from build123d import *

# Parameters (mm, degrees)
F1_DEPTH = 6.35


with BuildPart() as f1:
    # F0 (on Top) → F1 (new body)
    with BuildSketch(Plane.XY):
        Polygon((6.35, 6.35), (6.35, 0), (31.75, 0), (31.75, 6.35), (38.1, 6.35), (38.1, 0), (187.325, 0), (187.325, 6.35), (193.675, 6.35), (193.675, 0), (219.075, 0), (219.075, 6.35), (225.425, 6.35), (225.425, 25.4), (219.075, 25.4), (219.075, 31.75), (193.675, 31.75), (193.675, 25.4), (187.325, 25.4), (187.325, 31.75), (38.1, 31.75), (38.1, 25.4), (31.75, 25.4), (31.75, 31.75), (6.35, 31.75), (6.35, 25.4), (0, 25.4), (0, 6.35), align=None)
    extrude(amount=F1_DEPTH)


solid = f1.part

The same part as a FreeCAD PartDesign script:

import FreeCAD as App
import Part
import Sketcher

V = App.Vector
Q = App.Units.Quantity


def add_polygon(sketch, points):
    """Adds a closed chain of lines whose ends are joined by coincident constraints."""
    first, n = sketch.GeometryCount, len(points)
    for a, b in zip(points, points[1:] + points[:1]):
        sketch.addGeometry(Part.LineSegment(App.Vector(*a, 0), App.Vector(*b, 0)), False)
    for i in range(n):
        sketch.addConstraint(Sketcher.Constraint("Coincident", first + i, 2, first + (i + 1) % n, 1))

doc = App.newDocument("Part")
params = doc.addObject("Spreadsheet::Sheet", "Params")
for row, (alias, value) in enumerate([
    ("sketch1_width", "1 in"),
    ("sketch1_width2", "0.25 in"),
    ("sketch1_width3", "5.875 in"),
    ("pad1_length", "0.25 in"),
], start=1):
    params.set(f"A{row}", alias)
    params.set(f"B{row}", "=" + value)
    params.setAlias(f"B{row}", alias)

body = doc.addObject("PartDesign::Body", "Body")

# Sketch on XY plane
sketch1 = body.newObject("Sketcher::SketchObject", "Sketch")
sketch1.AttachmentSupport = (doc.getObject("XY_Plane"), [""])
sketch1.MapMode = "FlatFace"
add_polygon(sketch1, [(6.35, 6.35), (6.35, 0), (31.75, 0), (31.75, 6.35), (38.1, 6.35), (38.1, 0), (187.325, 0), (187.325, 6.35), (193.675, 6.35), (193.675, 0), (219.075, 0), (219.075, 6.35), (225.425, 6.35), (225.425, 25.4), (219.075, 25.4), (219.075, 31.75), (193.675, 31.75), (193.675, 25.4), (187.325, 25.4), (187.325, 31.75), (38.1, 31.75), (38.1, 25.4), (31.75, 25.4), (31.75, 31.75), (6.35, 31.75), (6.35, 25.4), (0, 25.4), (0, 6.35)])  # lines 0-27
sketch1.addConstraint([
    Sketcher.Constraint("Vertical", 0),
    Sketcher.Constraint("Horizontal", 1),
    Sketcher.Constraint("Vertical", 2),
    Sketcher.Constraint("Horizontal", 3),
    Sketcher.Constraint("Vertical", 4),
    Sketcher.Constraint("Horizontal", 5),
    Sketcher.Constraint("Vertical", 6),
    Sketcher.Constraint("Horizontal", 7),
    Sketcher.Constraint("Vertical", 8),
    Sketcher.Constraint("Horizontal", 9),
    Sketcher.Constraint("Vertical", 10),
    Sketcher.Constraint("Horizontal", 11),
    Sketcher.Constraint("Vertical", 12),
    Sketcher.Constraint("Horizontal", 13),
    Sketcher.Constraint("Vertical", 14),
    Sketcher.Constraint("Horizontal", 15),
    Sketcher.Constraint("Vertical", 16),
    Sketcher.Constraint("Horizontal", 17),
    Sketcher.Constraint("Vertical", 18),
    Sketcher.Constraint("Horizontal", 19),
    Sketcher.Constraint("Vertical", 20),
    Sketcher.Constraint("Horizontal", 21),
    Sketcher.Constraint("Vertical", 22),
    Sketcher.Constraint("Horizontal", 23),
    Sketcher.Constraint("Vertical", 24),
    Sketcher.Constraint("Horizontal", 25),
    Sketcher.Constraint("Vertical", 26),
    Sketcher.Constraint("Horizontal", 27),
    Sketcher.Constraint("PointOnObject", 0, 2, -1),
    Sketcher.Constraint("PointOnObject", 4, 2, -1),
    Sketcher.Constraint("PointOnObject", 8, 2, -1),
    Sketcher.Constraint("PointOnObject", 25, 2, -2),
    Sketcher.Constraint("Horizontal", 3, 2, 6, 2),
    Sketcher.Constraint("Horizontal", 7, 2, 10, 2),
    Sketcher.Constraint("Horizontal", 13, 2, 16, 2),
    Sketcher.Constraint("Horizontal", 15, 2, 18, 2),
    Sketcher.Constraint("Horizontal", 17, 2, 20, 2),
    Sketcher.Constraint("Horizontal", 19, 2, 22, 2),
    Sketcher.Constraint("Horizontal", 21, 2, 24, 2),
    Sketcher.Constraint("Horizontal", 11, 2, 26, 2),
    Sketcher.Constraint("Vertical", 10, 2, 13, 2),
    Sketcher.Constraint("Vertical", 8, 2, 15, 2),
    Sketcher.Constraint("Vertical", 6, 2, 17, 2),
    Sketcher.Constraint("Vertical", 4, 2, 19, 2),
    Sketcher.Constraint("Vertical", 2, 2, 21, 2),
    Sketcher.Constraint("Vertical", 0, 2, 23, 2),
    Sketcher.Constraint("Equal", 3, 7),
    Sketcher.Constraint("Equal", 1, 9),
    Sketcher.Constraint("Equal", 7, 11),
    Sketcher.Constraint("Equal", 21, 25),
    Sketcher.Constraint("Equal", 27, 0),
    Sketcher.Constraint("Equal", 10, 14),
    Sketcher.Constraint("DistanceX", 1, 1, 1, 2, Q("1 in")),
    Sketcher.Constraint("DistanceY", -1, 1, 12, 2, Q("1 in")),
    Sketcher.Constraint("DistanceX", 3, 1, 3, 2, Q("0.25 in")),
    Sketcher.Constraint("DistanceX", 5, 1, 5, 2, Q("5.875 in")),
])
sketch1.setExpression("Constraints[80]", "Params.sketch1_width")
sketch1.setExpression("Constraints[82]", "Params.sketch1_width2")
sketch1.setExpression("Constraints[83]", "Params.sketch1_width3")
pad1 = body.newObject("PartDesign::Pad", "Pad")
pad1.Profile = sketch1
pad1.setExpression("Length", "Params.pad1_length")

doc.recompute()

----------------

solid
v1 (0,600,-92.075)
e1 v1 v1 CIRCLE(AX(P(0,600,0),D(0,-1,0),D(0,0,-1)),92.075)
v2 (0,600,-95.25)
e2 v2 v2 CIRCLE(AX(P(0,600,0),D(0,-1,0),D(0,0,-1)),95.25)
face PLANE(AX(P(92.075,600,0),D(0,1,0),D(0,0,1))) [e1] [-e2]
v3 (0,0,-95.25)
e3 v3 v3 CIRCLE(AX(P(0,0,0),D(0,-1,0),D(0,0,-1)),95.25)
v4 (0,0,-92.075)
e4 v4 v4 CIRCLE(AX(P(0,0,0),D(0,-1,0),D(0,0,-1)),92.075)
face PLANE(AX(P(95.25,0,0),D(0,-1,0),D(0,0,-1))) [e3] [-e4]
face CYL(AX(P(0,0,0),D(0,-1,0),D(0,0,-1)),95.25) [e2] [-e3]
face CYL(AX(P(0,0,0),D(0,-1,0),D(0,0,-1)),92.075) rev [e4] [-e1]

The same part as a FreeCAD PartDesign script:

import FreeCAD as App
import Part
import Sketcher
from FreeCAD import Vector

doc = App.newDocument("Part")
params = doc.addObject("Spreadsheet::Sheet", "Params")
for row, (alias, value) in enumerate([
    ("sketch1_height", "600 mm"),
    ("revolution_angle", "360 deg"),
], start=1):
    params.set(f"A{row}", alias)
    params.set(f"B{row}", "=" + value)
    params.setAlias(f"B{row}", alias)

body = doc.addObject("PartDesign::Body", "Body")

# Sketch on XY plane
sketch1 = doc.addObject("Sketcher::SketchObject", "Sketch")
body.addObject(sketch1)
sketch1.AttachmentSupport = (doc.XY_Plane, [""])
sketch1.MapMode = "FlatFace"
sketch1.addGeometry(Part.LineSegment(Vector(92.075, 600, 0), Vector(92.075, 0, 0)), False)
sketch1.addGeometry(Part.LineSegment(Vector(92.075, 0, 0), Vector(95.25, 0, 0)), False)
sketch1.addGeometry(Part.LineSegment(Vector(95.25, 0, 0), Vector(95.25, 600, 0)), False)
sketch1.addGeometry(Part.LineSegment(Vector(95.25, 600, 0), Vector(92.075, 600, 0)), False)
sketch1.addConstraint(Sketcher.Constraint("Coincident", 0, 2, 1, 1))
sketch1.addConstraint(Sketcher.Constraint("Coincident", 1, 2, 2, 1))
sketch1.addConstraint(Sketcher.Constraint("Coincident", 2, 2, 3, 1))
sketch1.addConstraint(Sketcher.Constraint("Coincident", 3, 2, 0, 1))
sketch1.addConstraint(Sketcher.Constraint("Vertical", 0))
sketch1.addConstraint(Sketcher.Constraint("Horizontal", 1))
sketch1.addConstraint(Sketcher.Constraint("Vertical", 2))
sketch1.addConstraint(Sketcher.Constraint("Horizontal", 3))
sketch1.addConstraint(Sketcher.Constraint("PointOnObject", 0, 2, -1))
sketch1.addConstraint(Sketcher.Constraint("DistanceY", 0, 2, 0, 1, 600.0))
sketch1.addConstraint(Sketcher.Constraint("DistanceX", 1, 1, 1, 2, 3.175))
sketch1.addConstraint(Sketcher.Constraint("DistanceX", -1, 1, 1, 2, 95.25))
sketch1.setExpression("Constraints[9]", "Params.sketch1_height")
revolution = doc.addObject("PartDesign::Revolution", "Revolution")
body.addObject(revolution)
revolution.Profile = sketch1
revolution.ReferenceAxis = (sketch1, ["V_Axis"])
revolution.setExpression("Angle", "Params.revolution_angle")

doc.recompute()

----------------

§ **What needs to be done**
Check each line of the listing above, and copy it if it contains the word "CIRCLE".

§ **Result for this exercise**
e1 v1 v1 CIRCLE(AX(P(0,600,0),D(0,-1,0),D(0,0,-1)),92.075)
e2 v2 v2 CIRCLE(AX(P(0,600,0),D(0,-1,0),D(0,0,-1)),95.25)
e3 v3 v3 CIRCLE(AX(P(0,0,0),D(0,-1,0),D(0,0,-1)),95.25)
e4 v4 v4 CIRCLE(AX(P(0,0,0),D(0,-1,0),D(0,0,-1)),92.075)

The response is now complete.